# Nelson the Cape Parrot *Pics*



## UnaB (23 July 2015)

Meet Nelson my Cape Parrot 

He is nearly a year old (20th August) and I brought him home November last year   He is great fun, already talking pretty well for a baby - he loves to torment the dogs by calling them by name!   He's a really sweet person, not had a single bite from him, they are really lovely natured birds.  Not the most exotic looking, but I think he's beautiful..!

First day home:







With his cockatiel friend:






With Evie:


----------



## Embo (24 July 2015)

He's lovely 

Do you fly him outside?

We used to have a pair of Conures.
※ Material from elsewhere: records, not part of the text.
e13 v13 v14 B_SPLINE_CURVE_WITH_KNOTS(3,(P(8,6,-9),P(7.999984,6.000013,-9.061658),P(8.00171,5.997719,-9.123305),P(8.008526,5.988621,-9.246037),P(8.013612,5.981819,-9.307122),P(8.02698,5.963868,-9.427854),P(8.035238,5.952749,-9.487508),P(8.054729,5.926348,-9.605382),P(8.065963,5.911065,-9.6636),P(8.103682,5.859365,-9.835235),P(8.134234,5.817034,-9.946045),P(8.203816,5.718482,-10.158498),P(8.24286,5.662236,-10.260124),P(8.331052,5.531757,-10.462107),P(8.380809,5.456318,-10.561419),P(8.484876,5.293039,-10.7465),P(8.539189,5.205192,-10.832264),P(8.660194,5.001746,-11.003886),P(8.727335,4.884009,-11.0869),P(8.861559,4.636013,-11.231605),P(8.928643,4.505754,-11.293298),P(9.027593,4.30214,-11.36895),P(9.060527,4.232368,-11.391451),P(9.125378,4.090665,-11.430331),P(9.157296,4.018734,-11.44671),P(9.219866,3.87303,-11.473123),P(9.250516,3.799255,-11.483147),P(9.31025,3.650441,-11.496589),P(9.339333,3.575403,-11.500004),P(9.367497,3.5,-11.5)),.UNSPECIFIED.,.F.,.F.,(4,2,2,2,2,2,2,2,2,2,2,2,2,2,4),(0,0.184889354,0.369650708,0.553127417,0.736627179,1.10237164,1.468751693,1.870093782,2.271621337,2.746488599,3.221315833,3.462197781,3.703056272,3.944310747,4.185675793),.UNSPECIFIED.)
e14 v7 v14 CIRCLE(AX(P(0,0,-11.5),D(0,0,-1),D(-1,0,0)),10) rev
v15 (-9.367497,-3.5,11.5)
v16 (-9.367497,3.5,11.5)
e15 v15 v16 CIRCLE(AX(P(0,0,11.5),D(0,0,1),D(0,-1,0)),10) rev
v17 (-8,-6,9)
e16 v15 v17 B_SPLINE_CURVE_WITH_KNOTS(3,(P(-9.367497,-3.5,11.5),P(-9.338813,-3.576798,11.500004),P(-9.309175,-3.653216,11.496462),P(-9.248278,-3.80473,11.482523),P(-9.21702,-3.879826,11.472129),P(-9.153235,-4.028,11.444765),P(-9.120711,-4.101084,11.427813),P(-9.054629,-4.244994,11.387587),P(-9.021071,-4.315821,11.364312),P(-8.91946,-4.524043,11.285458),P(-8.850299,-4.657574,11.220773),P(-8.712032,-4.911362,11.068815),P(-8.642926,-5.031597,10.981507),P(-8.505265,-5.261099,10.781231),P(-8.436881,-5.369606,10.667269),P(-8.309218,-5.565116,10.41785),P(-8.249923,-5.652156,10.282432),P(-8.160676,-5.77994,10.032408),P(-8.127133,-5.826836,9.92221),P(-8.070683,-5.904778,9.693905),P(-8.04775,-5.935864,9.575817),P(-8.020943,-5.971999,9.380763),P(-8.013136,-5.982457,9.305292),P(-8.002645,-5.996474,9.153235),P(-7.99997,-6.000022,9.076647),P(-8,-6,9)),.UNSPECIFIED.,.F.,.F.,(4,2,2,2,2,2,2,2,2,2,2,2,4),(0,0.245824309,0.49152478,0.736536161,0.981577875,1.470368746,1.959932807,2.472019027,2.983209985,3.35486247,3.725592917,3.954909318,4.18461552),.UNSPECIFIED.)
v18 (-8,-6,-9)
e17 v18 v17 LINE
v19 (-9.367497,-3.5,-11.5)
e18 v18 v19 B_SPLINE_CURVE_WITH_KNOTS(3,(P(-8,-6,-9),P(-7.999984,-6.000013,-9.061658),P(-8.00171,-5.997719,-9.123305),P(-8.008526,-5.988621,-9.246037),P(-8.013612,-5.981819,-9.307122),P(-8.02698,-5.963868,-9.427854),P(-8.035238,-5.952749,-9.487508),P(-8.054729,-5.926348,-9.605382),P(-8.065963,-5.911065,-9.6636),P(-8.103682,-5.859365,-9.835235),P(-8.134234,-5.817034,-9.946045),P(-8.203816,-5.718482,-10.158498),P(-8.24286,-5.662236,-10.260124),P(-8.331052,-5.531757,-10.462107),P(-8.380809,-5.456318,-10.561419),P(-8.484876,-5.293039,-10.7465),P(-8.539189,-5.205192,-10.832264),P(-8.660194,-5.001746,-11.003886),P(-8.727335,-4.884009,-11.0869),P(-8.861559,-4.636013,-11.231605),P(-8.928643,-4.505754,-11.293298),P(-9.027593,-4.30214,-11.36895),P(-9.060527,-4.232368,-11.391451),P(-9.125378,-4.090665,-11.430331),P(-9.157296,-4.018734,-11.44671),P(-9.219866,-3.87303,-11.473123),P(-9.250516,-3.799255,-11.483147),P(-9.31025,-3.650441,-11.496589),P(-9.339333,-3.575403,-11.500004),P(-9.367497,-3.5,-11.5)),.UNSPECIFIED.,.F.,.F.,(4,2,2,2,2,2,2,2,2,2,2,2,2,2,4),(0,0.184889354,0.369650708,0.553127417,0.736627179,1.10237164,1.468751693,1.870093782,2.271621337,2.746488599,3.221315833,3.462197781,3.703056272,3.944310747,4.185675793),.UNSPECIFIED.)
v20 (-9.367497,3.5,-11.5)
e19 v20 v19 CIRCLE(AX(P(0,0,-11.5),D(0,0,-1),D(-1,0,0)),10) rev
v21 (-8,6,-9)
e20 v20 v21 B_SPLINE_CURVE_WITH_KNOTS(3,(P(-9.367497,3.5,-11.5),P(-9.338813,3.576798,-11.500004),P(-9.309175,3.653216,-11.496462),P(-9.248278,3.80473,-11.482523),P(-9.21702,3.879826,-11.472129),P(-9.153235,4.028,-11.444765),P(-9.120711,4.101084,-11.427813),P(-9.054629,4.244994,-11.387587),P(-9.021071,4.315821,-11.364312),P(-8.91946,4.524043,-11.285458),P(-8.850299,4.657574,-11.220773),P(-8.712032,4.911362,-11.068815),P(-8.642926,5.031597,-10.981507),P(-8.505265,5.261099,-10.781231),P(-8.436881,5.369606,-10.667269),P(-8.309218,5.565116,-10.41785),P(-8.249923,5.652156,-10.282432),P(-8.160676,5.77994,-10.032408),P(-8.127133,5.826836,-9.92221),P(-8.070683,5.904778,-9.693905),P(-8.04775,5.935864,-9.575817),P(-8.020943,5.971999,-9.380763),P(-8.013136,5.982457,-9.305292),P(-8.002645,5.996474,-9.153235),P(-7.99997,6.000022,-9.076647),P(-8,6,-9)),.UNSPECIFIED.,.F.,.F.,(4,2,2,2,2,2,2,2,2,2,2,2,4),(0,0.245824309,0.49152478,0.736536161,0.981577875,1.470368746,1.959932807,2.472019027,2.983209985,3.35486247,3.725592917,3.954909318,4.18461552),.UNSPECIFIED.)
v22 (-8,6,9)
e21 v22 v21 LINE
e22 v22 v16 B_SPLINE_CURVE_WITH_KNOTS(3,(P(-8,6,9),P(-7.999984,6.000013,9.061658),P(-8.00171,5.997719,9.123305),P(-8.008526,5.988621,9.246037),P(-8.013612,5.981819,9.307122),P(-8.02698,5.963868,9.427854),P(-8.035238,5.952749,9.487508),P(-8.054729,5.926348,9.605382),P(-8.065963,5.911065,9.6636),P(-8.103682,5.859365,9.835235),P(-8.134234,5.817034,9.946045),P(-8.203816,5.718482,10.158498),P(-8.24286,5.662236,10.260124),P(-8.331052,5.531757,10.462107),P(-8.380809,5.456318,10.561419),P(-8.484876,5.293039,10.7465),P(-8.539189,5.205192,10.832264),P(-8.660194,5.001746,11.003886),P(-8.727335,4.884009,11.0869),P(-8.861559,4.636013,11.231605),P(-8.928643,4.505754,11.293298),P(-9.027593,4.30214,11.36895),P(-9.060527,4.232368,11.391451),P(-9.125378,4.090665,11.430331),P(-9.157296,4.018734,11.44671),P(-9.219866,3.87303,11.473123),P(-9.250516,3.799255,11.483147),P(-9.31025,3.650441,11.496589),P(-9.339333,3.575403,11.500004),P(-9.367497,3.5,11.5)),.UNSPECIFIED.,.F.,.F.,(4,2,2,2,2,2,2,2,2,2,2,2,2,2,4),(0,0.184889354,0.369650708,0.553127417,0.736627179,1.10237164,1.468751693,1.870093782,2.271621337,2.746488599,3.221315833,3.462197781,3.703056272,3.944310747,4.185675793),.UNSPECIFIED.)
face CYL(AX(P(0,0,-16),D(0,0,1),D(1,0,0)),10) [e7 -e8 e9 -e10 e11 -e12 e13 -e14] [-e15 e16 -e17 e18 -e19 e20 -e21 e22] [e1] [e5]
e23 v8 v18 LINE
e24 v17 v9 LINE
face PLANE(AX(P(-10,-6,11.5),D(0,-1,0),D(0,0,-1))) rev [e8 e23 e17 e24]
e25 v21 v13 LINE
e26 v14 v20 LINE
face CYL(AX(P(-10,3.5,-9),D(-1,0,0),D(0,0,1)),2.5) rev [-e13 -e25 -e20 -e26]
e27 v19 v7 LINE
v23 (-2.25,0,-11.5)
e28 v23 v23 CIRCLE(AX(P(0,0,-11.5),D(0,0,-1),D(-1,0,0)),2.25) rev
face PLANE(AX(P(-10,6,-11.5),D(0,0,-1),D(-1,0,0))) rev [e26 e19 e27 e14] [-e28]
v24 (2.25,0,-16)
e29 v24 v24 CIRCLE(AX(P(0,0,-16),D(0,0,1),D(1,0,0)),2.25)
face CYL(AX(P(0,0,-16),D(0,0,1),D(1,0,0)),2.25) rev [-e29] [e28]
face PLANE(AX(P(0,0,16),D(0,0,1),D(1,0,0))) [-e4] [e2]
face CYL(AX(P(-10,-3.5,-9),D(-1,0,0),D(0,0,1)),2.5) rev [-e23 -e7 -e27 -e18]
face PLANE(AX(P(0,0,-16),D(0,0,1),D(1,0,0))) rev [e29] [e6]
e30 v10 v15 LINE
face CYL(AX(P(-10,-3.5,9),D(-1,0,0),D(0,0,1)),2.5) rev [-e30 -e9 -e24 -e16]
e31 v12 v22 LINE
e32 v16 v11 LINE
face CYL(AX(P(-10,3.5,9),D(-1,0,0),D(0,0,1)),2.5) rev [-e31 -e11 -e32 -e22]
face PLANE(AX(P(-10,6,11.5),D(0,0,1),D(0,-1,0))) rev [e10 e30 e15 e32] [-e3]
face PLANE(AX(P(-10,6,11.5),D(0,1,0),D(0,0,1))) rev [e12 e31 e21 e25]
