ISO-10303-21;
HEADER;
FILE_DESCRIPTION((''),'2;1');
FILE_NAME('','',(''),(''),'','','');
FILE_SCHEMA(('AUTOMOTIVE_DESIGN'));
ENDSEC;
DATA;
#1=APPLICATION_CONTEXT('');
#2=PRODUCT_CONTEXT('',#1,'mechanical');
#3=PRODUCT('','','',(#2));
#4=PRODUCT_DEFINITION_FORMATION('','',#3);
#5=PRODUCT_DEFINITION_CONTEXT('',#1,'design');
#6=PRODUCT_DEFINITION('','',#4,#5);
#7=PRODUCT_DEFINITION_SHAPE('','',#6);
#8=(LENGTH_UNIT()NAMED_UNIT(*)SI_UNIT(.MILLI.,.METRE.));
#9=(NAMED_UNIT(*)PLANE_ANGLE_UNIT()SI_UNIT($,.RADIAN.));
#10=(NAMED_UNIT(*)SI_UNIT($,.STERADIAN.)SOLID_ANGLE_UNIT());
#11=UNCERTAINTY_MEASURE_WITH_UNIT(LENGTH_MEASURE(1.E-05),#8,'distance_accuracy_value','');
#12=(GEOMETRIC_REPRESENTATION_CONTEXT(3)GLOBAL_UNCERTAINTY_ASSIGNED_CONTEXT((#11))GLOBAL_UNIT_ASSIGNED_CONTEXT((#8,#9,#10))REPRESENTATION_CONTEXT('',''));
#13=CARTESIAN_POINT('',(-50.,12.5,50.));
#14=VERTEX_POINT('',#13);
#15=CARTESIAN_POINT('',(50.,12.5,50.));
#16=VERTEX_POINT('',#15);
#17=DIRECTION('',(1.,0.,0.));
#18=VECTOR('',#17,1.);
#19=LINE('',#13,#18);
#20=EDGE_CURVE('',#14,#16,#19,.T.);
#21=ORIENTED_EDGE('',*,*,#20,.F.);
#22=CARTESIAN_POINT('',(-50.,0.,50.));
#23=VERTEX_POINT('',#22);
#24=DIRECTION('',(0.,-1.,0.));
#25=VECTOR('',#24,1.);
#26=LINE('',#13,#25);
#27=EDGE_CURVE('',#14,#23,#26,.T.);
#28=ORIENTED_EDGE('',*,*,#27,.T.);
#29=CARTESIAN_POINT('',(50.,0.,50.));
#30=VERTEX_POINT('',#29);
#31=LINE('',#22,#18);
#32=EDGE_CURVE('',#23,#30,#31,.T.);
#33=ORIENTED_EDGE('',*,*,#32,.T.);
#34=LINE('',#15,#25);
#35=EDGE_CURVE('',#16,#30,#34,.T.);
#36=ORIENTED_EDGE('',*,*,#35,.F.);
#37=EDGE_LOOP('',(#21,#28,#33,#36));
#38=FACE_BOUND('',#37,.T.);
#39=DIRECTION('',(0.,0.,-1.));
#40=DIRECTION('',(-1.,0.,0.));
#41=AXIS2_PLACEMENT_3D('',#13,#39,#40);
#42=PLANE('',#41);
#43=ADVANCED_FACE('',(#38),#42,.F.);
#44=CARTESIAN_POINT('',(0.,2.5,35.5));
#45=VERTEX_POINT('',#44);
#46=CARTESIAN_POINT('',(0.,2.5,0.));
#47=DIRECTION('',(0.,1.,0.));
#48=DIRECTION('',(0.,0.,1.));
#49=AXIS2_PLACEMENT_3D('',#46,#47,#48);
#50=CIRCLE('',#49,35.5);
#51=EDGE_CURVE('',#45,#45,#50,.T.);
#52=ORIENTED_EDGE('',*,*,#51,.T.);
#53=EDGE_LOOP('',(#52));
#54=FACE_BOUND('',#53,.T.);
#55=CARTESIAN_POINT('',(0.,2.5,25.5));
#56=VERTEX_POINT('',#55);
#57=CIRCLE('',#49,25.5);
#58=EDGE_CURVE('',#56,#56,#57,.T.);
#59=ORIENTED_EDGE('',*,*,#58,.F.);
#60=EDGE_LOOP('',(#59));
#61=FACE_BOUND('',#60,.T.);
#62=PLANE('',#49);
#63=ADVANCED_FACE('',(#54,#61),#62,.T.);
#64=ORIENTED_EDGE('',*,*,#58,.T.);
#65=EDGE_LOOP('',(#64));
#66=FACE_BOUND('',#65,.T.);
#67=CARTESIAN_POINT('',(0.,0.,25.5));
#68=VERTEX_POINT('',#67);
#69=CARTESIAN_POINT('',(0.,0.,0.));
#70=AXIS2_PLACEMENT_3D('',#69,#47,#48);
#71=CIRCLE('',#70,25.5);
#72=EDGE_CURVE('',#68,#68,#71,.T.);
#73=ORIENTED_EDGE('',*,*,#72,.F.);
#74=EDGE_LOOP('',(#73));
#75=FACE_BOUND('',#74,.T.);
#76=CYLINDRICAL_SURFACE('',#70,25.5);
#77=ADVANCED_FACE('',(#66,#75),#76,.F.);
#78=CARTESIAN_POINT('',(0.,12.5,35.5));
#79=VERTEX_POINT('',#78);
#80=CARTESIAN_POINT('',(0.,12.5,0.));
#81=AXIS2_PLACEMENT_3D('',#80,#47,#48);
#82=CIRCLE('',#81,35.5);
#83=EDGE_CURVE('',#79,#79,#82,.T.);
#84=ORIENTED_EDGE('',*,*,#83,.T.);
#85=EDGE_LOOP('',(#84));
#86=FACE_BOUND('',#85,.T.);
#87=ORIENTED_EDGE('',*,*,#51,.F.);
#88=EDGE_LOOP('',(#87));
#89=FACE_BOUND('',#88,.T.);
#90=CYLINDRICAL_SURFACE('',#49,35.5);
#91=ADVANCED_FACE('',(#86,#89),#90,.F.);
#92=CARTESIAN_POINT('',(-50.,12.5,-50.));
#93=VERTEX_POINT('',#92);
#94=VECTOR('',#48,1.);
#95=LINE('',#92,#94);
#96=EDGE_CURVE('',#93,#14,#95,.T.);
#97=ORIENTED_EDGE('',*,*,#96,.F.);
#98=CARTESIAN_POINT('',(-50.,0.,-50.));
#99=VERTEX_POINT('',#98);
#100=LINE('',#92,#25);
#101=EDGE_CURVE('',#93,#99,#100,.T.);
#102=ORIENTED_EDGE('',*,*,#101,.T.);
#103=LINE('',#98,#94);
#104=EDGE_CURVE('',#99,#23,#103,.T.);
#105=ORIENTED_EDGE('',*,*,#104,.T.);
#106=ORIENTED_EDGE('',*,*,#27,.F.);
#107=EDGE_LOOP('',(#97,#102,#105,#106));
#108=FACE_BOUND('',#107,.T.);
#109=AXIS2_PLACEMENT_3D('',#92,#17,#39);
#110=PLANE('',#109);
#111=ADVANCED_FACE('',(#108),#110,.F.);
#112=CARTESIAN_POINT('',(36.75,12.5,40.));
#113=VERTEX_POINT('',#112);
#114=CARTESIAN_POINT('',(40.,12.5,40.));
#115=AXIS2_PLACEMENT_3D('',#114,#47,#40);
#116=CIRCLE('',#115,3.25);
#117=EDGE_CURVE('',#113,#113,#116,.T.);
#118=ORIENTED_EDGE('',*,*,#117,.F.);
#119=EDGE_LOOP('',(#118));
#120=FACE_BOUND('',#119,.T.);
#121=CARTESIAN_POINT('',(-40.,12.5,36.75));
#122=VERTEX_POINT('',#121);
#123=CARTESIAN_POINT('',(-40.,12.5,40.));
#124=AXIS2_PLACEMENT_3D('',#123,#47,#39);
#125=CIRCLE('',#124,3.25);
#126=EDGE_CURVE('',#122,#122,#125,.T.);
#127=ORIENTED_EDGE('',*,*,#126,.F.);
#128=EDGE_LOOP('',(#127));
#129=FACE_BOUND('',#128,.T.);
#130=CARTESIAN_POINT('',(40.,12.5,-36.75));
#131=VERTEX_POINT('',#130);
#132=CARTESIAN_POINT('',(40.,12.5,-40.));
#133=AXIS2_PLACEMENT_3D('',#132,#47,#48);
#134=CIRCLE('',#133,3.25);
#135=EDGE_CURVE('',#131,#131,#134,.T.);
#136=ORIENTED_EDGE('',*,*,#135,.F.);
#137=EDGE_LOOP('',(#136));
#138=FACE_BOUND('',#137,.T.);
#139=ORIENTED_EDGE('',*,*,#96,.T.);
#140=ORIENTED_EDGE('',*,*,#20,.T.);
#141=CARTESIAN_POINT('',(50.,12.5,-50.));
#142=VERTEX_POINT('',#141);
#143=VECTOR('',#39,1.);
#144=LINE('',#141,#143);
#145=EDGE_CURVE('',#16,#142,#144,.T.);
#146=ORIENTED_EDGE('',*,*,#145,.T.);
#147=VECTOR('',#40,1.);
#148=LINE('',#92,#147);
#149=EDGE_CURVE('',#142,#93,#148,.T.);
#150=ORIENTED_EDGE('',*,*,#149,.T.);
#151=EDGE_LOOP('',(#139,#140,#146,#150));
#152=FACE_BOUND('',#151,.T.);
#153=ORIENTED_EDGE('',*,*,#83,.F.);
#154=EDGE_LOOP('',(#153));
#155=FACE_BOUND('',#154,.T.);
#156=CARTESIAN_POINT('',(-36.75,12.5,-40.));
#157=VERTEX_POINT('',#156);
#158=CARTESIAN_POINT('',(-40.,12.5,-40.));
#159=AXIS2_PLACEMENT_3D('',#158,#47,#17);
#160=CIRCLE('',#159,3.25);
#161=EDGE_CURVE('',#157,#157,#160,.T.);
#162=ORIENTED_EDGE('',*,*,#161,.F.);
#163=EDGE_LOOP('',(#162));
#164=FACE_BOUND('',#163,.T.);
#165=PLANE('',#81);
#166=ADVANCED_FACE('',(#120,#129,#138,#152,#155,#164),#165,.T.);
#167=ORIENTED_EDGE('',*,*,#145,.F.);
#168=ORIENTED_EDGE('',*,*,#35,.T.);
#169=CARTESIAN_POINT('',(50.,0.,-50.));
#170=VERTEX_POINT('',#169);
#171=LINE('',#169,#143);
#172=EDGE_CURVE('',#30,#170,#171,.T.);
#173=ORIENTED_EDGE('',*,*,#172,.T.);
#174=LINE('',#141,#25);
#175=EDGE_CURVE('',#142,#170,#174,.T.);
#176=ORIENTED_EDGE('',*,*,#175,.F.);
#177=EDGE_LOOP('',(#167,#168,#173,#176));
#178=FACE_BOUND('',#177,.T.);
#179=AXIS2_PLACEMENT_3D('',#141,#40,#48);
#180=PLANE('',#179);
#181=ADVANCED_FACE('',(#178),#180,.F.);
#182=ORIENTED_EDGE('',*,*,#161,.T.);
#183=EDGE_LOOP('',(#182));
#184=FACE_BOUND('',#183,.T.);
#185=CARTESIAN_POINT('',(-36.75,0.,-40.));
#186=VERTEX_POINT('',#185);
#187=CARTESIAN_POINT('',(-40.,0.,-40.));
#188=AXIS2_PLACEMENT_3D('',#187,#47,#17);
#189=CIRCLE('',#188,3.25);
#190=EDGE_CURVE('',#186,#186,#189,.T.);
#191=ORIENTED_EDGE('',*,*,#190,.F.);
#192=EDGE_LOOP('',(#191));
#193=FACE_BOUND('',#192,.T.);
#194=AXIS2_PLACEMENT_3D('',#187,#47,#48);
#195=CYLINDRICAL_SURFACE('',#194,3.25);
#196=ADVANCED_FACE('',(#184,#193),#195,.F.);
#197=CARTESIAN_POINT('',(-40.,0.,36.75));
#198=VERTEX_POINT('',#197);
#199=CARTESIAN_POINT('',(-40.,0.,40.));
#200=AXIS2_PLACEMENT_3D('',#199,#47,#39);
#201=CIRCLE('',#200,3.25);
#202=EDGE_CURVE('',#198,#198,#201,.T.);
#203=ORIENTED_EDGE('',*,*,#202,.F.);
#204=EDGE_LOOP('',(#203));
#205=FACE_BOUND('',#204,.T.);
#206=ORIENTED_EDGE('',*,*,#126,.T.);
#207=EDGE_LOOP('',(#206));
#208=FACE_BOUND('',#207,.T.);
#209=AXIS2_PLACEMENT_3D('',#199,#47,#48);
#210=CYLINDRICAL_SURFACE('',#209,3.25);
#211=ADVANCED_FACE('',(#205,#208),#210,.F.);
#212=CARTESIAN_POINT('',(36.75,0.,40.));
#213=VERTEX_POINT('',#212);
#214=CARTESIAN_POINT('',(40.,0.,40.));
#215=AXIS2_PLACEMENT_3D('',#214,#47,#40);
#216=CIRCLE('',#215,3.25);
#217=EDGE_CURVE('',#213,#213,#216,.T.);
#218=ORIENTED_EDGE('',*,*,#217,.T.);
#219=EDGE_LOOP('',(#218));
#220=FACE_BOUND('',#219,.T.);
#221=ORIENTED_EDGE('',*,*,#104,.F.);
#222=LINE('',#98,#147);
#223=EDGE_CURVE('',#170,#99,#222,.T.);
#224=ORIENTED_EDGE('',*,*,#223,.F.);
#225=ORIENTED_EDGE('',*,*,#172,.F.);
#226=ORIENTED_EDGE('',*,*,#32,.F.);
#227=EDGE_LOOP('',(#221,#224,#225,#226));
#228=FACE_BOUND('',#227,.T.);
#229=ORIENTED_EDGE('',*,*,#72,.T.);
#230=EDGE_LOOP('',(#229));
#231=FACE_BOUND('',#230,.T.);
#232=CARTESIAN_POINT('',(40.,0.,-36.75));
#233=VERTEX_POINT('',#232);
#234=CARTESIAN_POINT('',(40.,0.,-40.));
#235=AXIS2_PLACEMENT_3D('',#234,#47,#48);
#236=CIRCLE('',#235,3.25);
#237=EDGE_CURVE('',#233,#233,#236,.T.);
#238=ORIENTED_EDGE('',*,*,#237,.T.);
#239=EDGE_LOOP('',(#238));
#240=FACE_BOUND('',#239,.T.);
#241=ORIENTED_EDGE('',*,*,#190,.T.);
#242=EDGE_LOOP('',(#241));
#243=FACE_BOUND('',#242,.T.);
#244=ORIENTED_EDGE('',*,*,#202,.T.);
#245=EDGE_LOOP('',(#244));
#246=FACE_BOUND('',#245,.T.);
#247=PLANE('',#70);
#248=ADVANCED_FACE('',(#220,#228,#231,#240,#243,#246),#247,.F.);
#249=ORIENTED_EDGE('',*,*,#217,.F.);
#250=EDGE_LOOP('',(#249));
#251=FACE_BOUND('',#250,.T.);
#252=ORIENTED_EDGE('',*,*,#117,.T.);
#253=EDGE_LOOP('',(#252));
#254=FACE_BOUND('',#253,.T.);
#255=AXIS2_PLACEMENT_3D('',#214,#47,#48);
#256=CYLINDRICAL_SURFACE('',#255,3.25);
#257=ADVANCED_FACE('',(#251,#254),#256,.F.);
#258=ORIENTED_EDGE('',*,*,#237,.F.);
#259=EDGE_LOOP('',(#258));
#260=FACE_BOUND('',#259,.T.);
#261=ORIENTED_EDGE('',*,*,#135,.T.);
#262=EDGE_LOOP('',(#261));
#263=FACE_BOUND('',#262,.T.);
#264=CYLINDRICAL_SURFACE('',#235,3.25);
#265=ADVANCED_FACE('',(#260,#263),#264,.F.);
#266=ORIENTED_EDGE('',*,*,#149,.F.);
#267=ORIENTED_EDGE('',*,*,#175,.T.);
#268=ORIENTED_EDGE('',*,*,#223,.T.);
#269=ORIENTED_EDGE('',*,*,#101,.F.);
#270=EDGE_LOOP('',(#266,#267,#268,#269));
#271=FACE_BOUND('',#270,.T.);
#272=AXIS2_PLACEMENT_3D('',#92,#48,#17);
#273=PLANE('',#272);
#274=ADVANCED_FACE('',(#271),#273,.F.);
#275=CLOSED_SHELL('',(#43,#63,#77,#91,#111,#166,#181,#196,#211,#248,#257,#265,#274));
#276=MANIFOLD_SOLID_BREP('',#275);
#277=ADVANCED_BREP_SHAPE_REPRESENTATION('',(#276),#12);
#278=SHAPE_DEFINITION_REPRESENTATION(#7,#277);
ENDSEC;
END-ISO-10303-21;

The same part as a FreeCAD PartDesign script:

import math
import FreeCAD as App
import Part
import Sketcher
from FreeCAD import Vector


def add_polygon(sketch, points):
    """Adds a closed chain of lines whose ends are joined by coincident constraints."""
    first, n = sketch.GeometryCount, len(points)
    for a, b in zip(points, points[1:] + points[:1]):
        sketch.addGeometry(Part.LineSegment(App.Vector(*a, 0), App.Vector(*b, 0)), False)
    for i in range(n):
        sketch.addConstraint(Sketcher.Constraint("Coincident", first + i, 2, first + (i + 1) % n, 1))

doc = App.newDocument("Part")
body = doc.addObject("PartDesign::Body", "Body")

sketch1 = body.newObject("Sketcher::SketchObject", "Sketch")
sketch1.AttachmentSupport = (doc.getObject("XZ_Plane"), [""])
sketch1.MapMode = "FlatFace"
add_polygon(sketch1, [(-50, -50), (-50, 50), (50, 50), (50, -50)])
sketch1.addConstraint([
    Sketcher.Constraint("Vertical", 0),
    Sketcher.Constraint("Horizontal", 1),
    Sketcher.Constraint("Vertical", 2),
    Sketcher.Constraint("Horizontal", 3),
    Sketcher.Constraint("Symmetric", 0, 2, 2, 2, -1, 1),
    Sketcher.Constraint("Equal", 3, 0),
    Sketcher.Constraint("DistanceX", 1, 1, 1, 2, 100.0),
])
pad1 = body.newObject("PartDesign::Pad", "Pad")
pad1.Profile = sketch1
pad1.Length = 12.5
pad1.Reversed = True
The male was a total sweetheart and so tame. The female wasn't... but we loved her anyway! Sadly the male managed to get out one day and despite our best efforts, he was gone  and a few months later, the female died. We think she was broken hearted to have lost her mate 

I do miss having parakeets, they were fab. We'd consider getting another, or a parrotlet or something, but our 2 cats would probably not want to make friends!

Nelson looks wonderful


----------



## npage123 (24 July 2015)

I don't know much about birds, but to me he looks very friendly, almost smiling in those photo!  Did you get him from South Africa?


----------



## chestnut cob (24 July 2015)

npage123 said:



			I don't know much about birds, but to me he looks very friendly, almost smiling in those photo!  Did you get him from South Africa?
		
Click to expand...

I thought the same - looks like he is smiling!
He's lovely   How did you get interested in keeping birds?


----------



## epeters91 (28 July 2015)

He's beautiful! Happy birthday Nelson (Few days late haha)


----------



## Nudibranch (13 August 2015)

Aw he's lovely. Ive never seen a Cape parrot before. I'm a sucker for the smaller, less showy ones. My friend has a Meyers who is greatly overshadowed by their Eclectus. I really bonded with him when I looked after them for a week, even though they reckon he's vicious...I think he just wanted someone to pay him some attention!
I've just got two baby Quakers for my birthday. Hand reared so super tame. Not flashy, but lovely natures.


----------